I see a lot of people on board thrilled with their puppies from WildHaus. Does anyone think I should consider that breeder above the ones I have listed for any reason? I'd prefer a kennel I can go visit, actually, but would fly a pup if need be. Or am I doing fine with the more local ones?


----------



## tintallie

If you are making such a large investment of time, money, blood, sweat and tears, why not choose the best possible pup and breeder you can get? There was a possibility of buying a pup from a breeder in Canada for possibly less but I don't know if I would have had the same level of support.


----------



## Castlemaid

I'm one of those on the baord who is just THRILLED with my Wildhaus pup! I got to know Chris and Tim and many of the people who have Wildhaus puppies from this board, so I felt comfortable with my choice.

Chris and Tim care so much for the dogs they breed, and really care about making sure that the new owners are happy and well matched. Most of their dogs go into working/sport homes, but there are puppies in just about every litter that are softer, lower drive, more laid-back that would fit well into a pet home. 

They stand behind their puppies and their warranty, not just on paper but in person. 

That said, Gryffon is exactly what a working line dog should be. He has the potential to go to high level competition, but would do well in anything, and be completely happy to muck around with me at club level training. He gets along great with my under-socialized older rescue, is gentle and playful with the cats, shows a lot of drive and power in Schutzhund training, can sleep all day if not working and is happy with that. I think he has the steadiness and common sense that he would make a great service dog - would be a great agility dog too! Loves the dog-walk, the teeter (loves it when it pivots and bangs down! Weee!!!). 
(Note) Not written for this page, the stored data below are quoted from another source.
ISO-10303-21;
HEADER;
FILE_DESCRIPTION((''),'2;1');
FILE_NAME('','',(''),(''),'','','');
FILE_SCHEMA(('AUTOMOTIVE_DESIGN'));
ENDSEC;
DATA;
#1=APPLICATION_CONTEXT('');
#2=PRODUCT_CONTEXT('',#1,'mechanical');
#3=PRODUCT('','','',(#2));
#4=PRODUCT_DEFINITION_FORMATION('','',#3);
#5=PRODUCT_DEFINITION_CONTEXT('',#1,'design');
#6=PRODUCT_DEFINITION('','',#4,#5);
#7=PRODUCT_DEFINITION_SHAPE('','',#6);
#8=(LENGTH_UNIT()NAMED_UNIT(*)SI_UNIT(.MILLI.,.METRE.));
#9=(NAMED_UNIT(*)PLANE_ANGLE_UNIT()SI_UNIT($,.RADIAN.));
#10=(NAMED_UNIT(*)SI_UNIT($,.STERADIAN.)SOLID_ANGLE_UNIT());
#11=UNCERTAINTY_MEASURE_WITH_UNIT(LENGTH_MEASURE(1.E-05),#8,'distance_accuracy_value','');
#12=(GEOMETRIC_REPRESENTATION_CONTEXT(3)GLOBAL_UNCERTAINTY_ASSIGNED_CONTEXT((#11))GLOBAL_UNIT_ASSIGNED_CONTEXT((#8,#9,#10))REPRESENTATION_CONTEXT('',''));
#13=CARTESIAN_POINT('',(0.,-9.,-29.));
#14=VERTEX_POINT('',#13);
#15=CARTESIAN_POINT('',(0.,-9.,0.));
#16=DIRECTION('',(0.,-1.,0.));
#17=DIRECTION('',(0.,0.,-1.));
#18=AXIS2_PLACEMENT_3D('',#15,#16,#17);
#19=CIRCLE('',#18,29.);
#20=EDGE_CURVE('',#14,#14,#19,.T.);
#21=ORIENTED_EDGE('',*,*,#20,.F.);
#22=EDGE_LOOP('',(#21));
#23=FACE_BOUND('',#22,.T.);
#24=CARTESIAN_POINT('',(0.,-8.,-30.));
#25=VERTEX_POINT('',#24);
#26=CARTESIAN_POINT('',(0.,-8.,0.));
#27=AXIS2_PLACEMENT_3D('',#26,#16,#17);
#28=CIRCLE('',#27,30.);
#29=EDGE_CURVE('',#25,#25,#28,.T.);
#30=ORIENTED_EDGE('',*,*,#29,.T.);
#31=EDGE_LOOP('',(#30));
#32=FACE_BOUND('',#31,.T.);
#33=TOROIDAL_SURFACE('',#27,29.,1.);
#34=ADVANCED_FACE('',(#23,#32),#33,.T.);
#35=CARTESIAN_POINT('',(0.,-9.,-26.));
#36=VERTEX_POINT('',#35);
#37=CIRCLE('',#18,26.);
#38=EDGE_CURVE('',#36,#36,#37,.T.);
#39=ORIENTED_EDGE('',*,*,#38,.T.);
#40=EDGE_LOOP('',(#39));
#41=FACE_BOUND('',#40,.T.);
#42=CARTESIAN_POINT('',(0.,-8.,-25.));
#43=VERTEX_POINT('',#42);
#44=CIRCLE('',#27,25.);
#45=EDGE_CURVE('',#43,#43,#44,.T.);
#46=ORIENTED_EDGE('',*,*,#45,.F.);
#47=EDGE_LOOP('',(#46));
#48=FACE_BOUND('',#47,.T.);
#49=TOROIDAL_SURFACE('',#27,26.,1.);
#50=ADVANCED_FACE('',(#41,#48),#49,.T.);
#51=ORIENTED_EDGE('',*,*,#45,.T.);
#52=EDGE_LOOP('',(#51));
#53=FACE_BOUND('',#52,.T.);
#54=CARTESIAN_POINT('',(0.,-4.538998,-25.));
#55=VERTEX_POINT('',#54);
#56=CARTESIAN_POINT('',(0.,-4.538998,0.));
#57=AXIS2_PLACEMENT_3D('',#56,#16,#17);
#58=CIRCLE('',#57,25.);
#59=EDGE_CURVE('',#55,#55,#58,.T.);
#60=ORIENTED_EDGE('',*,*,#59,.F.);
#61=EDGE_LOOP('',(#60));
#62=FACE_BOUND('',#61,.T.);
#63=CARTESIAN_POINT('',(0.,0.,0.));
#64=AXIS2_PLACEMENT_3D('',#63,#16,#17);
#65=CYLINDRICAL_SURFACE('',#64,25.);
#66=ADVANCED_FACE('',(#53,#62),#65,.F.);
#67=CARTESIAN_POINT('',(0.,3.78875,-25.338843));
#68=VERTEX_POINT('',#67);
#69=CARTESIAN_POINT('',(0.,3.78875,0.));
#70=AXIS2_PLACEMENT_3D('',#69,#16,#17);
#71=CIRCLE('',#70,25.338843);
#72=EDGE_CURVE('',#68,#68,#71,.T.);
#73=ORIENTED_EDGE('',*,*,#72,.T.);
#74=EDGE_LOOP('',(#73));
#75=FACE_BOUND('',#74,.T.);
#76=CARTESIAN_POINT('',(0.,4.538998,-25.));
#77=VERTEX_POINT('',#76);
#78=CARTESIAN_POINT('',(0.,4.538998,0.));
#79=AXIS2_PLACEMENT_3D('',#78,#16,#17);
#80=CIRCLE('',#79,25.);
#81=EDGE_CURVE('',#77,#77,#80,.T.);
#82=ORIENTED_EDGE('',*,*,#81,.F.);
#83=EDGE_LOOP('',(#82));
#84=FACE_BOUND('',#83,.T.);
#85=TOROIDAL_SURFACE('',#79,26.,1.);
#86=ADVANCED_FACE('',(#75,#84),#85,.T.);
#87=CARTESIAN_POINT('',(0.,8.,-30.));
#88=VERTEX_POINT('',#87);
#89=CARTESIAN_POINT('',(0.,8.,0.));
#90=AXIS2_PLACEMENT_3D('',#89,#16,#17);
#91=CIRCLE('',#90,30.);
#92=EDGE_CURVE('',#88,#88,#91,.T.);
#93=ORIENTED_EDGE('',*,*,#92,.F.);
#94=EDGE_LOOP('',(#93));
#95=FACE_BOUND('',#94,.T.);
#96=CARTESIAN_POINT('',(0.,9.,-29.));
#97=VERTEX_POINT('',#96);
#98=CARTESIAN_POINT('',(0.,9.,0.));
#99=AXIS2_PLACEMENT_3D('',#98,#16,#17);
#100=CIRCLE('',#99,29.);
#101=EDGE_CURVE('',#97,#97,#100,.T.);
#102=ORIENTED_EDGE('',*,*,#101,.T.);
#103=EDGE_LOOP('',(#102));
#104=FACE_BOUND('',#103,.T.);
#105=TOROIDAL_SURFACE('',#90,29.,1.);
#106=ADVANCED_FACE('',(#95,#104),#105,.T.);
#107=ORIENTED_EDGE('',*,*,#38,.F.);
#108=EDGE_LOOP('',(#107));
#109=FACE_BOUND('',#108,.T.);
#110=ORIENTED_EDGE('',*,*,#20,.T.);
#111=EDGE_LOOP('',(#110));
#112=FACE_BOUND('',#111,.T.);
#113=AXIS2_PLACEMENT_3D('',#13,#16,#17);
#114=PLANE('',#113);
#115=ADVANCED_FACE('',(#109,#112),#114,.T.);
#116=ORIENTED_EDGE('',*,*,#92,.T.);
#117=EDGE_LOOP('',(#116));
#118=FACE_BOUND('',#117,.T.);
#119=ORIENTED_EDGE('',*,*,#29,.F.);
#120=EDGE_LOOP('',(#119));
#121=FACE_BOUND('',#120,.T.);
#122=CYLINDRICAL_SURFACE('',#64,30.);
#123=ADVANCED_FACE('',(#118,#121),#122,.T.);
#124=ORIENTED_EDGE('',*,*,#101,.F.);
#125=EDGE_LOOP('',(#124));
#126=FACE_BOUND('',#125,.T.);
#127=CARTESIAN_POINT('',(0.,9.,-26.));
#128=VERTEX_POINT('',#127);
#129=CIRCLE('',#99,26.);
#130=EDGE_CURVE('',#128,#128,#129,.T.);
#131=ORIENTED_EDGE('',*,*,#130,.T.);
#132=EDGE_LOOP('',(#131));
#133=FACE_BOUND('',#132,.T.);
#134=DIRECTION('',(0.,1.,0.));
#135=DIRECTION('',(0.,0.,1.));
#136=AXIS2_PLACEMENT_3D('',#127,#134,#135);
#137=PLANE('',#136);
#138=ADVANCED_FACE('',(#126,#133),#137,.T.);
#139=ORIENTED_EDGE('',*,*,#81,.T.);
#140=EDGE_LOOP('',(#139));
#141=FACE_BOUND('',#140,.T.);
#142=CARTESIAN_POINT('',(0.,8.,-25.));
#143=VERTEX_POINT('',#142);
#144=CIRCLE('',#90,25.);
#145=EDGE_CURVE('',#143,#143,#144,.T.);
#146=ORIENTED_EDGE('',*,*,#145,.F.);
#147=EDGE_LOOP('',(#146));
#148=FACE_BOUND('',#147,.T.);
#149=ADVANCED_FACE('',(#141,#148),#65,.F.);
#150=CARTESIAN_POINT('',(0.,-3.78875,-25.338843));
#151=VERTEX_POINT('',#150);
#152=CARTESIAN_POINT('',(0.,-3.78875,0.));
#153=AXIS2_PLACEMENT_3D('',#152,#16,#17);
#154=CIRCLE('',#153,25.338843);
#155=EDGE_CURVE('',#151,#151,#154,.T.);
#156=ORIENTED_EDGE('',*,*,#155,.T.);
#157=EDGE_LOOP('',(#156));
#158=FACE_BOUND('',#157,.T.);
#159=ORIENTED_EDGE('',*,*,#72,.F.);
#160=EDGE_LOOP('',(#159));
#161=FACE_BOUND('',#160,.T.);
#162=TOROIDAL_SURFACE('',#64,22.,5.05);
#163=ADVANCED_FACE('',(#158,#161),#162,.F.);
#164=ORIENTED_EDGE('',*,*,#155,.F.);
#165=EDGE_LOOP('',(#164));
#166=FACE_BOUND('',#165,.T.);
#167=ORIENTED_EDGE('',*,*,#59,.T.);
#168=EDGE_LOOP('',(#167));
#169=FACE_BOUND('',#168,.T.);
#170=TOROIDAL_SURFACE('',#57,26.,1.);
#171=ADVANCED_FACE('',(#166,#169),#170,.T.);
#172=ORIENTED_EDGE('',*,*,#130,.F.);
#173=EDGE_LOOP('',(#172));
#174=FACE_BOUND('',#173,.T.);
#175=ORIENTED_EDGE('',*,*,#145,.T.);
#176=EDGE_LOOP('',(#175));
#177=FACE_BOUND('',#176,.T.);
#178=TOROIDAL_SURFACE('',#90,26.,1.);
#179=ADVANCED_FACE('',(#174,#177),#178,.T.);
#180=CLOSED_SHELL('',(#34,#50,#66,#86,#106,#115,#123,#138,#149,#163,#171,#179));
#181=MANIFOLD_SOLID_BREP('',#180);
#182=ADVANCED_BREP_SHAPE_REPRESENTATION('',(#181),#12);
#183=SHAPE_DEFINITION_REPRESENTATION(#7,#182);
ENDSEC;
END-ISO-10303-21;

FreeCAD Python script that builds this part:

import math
import FreeCAD as App
import Part
import Sketcher

doc = App.newDocument("Part")
params = doc.addObject("Spreadsheet::Sheet", "Params")
for row, (alias, value) in enumerate([
    ("sketch1_radius", "1 mm"),
    ("sketch1_width", "16 mm"),
    ("sketch1_height", "3 mm"),
    ("sketch1_radius2", "5.05 mm"),
    ("revolution_angle", "360 deg"),
], start=1):
    params.set(f"A{row}", alias)
    params.set(f"B{row}", "=" + value)
    params.setAlias(f"B{row}", alias)

body = doc.addObject("PartDesign::Body", "Body")

# Sketch on YZ plane
sketch1 = body.newObject("Sketcher::SketchObject", "Sketch")
sketch1.AttachmentSupport = (doc.getObject("YZ_Plane"), [""])
sketch1.MapMode = "FlatFace"
sketch1.addGeometry([
    Part.LineSegment(App.Vector(-4.5, -25, 0), App.Vector(-8, -25, 0)),  # 0
    Part.ArcOfCircle(Part.Circle(App.Vector(-8, -26, 0), App.Vector(0, 0, 1), 1), math.radians(90), math.radians(180)),  # 1
    Part.LineSegment(App.Vector(-9, -26, 0), App.Vector(-9, -29, 0)),  # 2
    Part.ArcOfCircle(Part.Circle(App.Vector(-8, -29, 0), App.Vector(0, 0, 1), 1), math.radians(-180), math.radians(-90)),  # 3
    Part.LineSegment(App.Vector(-8, -30, 0), App.Vector(8, -30, 0)),  # 4
    Part.ArcOfCircle(Part.Circle(App.Vector(8, -29, 0), App.Vector(0, 0, 1), 1), math.radians(-90), math.radians(0)),  # 5
    Part.LineSegment(App.Vector(9, -29, 0), App.Vector(9, -26, 0)),  # 6
    Part.ArcOfCircle(Part.Circle(App.Vector(8, -26, 0), App.Vector(0, 0, 1), 1), math.radians(0), math.radians(90)),  # 7
    Part.LineSegment(App.Vector(8, -25, 0), App.Vector(4.5, -25, 0)),  # 8
    Part.ArcOfCircle(Part.Circle(App.Vector(4.5, -26, 0), App.Vector(0, 0, 1), 1), math.radians(90), math.radians(139)),  # 9
    Part.ArcOfCircle(Part.Circle(App.Vector(0, -22, 0), App.Vector(0, 0, 1), 5), math.radians(-139), math.radians(-41)),  # 10
    Part.ArcOfCircle(Part.Circle(App.Vector(-4.5, -26, 0), App.Vector(0, 0, 1), 1), math.radians(41), math.radians(90)),  # 11
], False)
sketch1.addConstraint([
    Sketcher.Constraint("Tangent", 0, 2, 1, 1),
    Sketcher.Constraint("Tangent", 1, 2, 2, 1),
    Sketcher.Constraint("Tangent", 2, 2, 3, 1),
    Sketcher.Constraint("Tangent", 3, 2, 4, 1),
    Sketcher.Constraint("Tangent", 4, 2, 5, 1),
    Sketcher.Constraint("Tangent", 5, 2, 6, 1),
    Sketcher.Constraint("Tangent", 6, 2, 7, 1),
    Sketcher.Constraint("Tangent", 7, 2, 8, 1),
    Sketcher.Constraint("Tangent", 8, 2, 9, 1),
    Sketcher.Constraint("Tangent", 9, 2, 10, 2),
    Sketcher.Constraint("Tangent", 10, 1, 11, 1),
    Sketcher.Constraint("Tangent", 11, 2, 0, 1),
    Sketcher.Constraint("Horizontal", 0),
    Sketcher.Constraint("Vertical", 2),
    Sketcher.Constraint("Horizontal", 4),
    Sketcher.Constraint("Vertical", 6),
    Sketcher.Constraint("Horizontal", 8),
    Sketcher.Constraint("Equal", 1, 3),
    Sketcher.Constraint("Equal", 3, 5),
    Sketcher.Constraint("Equal", 5, 7),
    Sketcher.Constraint("Equal", 7, 9),
    Sketcher.Constraint("Equal", 9, 11),
    Sketcher.Constraint("Symmetric", 1, 3, 7, 3, -2),
    Sketcher.Constraint("PointOnObject", 10, 3, -2),
    Sketcher.Constraint("Radius", 1, 1.0),
    Sketcher.Constraint("DistanceX", 4, 1, 4, 2, 16.0),
    Sketcher.Constraint("DistanceY", 2, 2, 2, 1, 3.0),
    Sketcher.Constraint("Radius", 10, 5.05),
    Sketcher.Constraint("DistanceY", 1, 3, -1, 1, 26.0),
    Sketcher.Constraint("DistanceY", 10, 3, -1, 1, 22.0),
])
sketch1.setExpression("Constraints[24]", "Params.sketch1_radius")
sketch1.setExpression("Constraints[25]", "Params.sketch1_width")
sketch1.setExpression("Constraints[26]", "Params.sketch1_height")
sketch1.setExpression("Constraints[27]", "Params.sketch1_radius2")
revolution = body.newObject("PartDesign::Revolution", "Revolution")
revolution.Profile = sketch1
revolution.ReferenceAxis = (sketch1, ["H_Axis"])
revolution.setExpression("Angle", "Params.revolution_angle")

doc.recompute()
He is just so darn balanced, it is scary!!! His sire is a retired dual purpose K9. Don't let people who say that a working line is too much to be a family pet scare you away from working lines. Well bred, balanced, well socialized working lines make awesome family friends!


----------



## GSD07

Lucia, but the other pup from Chris was too much to handle even for you. OP poster wants a pup that does have a low prey drive and doesn't need tons of daily exercise leave alone SchH training.

Personally, I would be honored to get a W. Pup and now I would secretly hope OP would end up with one so I could watch him grow from a close distance







I would contact Chris directly and discuss the options of getting a pup from her.


----------



## cassadee7

Oksana, do you think a Wildhaus pup would be too much for me? Or would they pretty much pick one out that I could handle?
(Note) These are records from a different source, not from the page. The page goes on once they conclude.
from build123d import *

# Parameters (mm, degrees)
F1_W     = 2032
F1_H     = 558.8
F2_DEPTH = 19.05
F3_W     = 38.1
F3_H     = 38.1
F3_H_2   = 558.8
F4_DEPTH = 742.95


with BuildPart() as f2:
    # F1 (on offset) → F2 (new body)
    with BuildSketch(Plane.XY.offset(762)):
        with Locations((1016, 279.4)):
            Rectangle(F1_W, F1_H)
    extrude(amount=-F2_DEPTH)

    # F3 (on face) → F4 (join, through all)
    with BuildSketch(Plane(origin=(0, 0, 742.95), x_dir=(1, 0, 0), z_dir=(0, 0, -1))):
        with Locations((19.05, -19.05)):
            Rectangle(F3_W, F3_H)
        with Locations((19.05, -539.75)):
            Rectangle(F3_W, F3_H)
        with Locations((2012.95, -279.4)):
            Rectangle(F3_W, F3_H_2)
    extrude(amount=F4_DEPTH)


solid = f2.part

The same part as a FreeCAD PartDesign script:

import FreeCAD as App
import Part
import Sketcher
Q = App.Units.Quantity


def add_polygon(sketch, points):
    """Adds a closed chain of lines whose ends are joined by coincident constraints."""
    first, n = sketch.GeometryCount, len(points)
    for a, b in zip(points, points[1:] + points[:1]):
        sketch.addGeometry(Part.LineSegment(App.Vector(*a, 0), App.Vector(*b, 0)), False)
    for i in range(n):
        sketch.addConstraint(Sketcher.Constraint("Coincident", first + i, 2, first + (i + 1) % n, 1))

doc = App.newDocument("Part")
params = doc.addObject("Spreadsheet::Sheet", "Params")
for row, (alias, value) in enumerate([
    ("sketch1_width", "80 in"),
    ("sketch1_height", "22 in"),
    ("pad1_length", "0.75 in"),
    ("sketch2_height", "22 in"),
    ("sketch2_width", "1.5 in"),
    ("pad2_length", "29.25 in"),
], start=1):
    params.set(f"A{row}", alias)
    params.set(f"B{row}", "=" + value)
    params.setAlias(f"B{row}", alias)

body = doc.addObject("PartDesign::Body", "Body")

# Sketch on XY plane
sketch1 = doc.addObject("Sketcher::SketchObject", "Sketch")
body.addObject(sketch1)
sketch1.AttachmentSupport = (doc.XY_Plane, [""])
sketch1.MapMode = "FlatFace"
sketch1.AttachmentOffset = App.Placement(App.Vector(0, 0, 30 * 25.4), App.Rotation())
add_polygon(sketch1, [(0, 559), (0, 0), (2032, 0), (2032, 559)])  # lines 0-3
sketch1.addConstraint(Sketcher.Constraint("Vertical", 0))
sketch1.addConstraint(Sketcher.Constraint("Horizontal", 1))
sketch1.addConstraint(Sketcher.Constraint("Vertical", 2))
sketch1.addConstraint(Sketcher.Constraint("Horizontal", 3))
sketch1.addConstraint(Sketcher.Constraint("Coincident", 0, 2, -1, 1))
sketch1.addConstraint(Sketcher.Constraint("DistanceX", 1, 1, 1, 2, Q("80 in")))
sketch1.addConstraint(Sketcher.Constraint("DistanceY", 0, 2, 0, 1, Q("22 in")))
sketch1.setExpression("Constraints[9]", "Params.sketch1_width")
sketch1.setExpression("Constraints[10]", "Params.sketch1_height")
pad1 = doc.addObject("PartDesign::Pad", "Pad")
body.addObject(pad1)
pad1.Profile = sketch1
pad1.setExpression("Length", "Params.pad1_length")
pad1.Reversed = True

# Sketch on XY plane
sketch2 = doc.addObject("Sketcher::SketchObject", "Sketch001")
body.addObject(sketch2)
sketch2.AttachmentSupport = (doc.XY_Plane, [""])
sketch2.MapMode = "FlatFace"
sketch2.AttachmentOffset = App.Placement(App.Vector(0, 0, 29.25 * 25.4), App.Rotation())
add_polygon(sketch2, [(0, 0), (0, 38), (38, 38), (38, 0)])  # lines 0-3
add_polygon(sketch2, [(0, 521), (0, 559), (38, 559), (38, 521)])  # lines 4-7
add_polygon(sketch2, [(1994, 0), (1994, 559), (2032, 559), (2032, 0)])  # lines 8-11
sketch2.addConstraint(Sketcher.Constraint("Vertical", 0))
sketch2.addConstraint(Sketcher.Constraint("Horizontal", 1))
sketch2.addConstraint(Sketcher.Constraint("Vertical", 2))
sketch2.addConstraint(Sketcher.Constraint("Horizontal", 3))
sketch2.addConstraint(Sketcher.Constraint("Vertical", 4))
sketch2.addConstraint(Sketcher.Constraint("Horizontal", 5))
sketch2.addConstraint(Sketcher.Constraint("Vertical", 6))
sketch2.addConstraint(Sketcher.Constraint("Horizontal", 7))
sketch2.addConstraint(Sketcher.Constraint("Vertical", 8))
sketch2.addConstraint(Sketcher.Constraint("Horizontal", 9))
sketch2.addConstraint(Sketcher.Constraint("Vertical", 10))
sketch2.addConstraint(Sketcher.Constraint("Horizontal", 11))
sketch2.addConstraint(Sketcher.Constraint("Coincident", 3, 2, -1, 1))
sketch2.addConstraint(Sketcher.Constraint("PointOnObject", 4, 2, -2))
sketch2.addConstraint(Sketcher.Constraint("PointOnObject", 10, 2, -1))
sketch2.addConstraint(Sketcher.Constraint("Horizontal", 5, 2, 8, 2))
sketch2.addConstraint(Sketcher.Constraint("Vertical", 2, 2, 5, 2))
sketch2.addConstraint(Sketcher.Constraint("Equal", 7, 9))
sketch2.addConstraint(Sketcher.Constraint("Equal", 11, 0))
sketch2.addConstraint(Sketcher.Constraint("Equal", 2, 4))
sketch2.addConstraint(Sketcher.Constraint("DistanceY", 8, 1, 8, 2, Q("22 in")))
sketch2.addConstraint(Sketcher.Constraint("DistanceX", 1, 1, 1, 2, Q("1.5 in")))
sketch2.addConstraint(Sketcher.Constraint("DistanceX", -1, 1, 9, 2, Q("80 in")))
sketch2.setExpression("Constraints[32]", "Params.sketch2_height")
sketch2.setExpression("Constraints[33]", "Params.sketch2_width")
pad2 = doc.addObject("PartDesign::Pad", "Pad001")
body.addObject(pad2)
pad2.Profile = sketch2
pad2.setExpression("Length", "Params.pad2_length")
pad2.Reversed = True

doc.recompute()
I wonder how Wildhaus compares to vom Banach? Or Timberhaus or Shraderhaus, for that matter?

You people have sucked me into your vortex of sable/E German/DDR puppylove...


----------



## G-burg

Wildhaus would definitely match you with the right puppy!!









Talk with each of the breeders listed to get a feel for them..


----------



## Castlemaid

> Originally Posted By: GSD07Lucia, but the other pup from Chris was too much to handle even for you. OP poster wants a pup that does have a low prey drive and doesn't need tons of daily exercise leave alone SchH training.


Puppies are a crap shoot! And I suck at games of chance! LOL! 
One pup out of six litters . . . just my luck, eh? He did turn out a bit crazy, but the breeder support was outstanding and have no complaints. Part of going with a good reputable breeder is not only to stack the deck of cards in your favour, but to have that support system and safety net to fall back on if things don't work out as expected because nothing is 100% sure. I chose a breeder whose honesty and ethics I valued, and in that respect, I wasn't disapointed. 

But the thing with breeders like Chris, is that they will be honest. If they don't think that there will be a good match among the puppies they have, they will say so. 

And for prey drive, that does not necessarily translate to difficult to control. Falkor had enough prey drive that National and International level competitors have shown interest in him, and Gryffon's drives are similar, but they are never a problem for control and handling and house manners with a house-ful of cats, because they are both very clear headed dogs, with excellent off-switches and the mental controls to discriminate and problem-solve in different situations as to when it is appropriate to get into drives, and when to just sit there and watch the world go by. 

Bicycles, snowmobiles, skiers and snowboarders, joggers, other dogs, house-cats, cars, etc . . . . interesting stuff to look at, showing nothing more than mild curiosity . . . take out a ball or tug, LOOK OUT!!! These are thinking dogs that know what is appropriate drive-wise, and what is a waste of energy. And that is what makes a well-balanced working dog such an outstanding companion, and such a pleasure to own. 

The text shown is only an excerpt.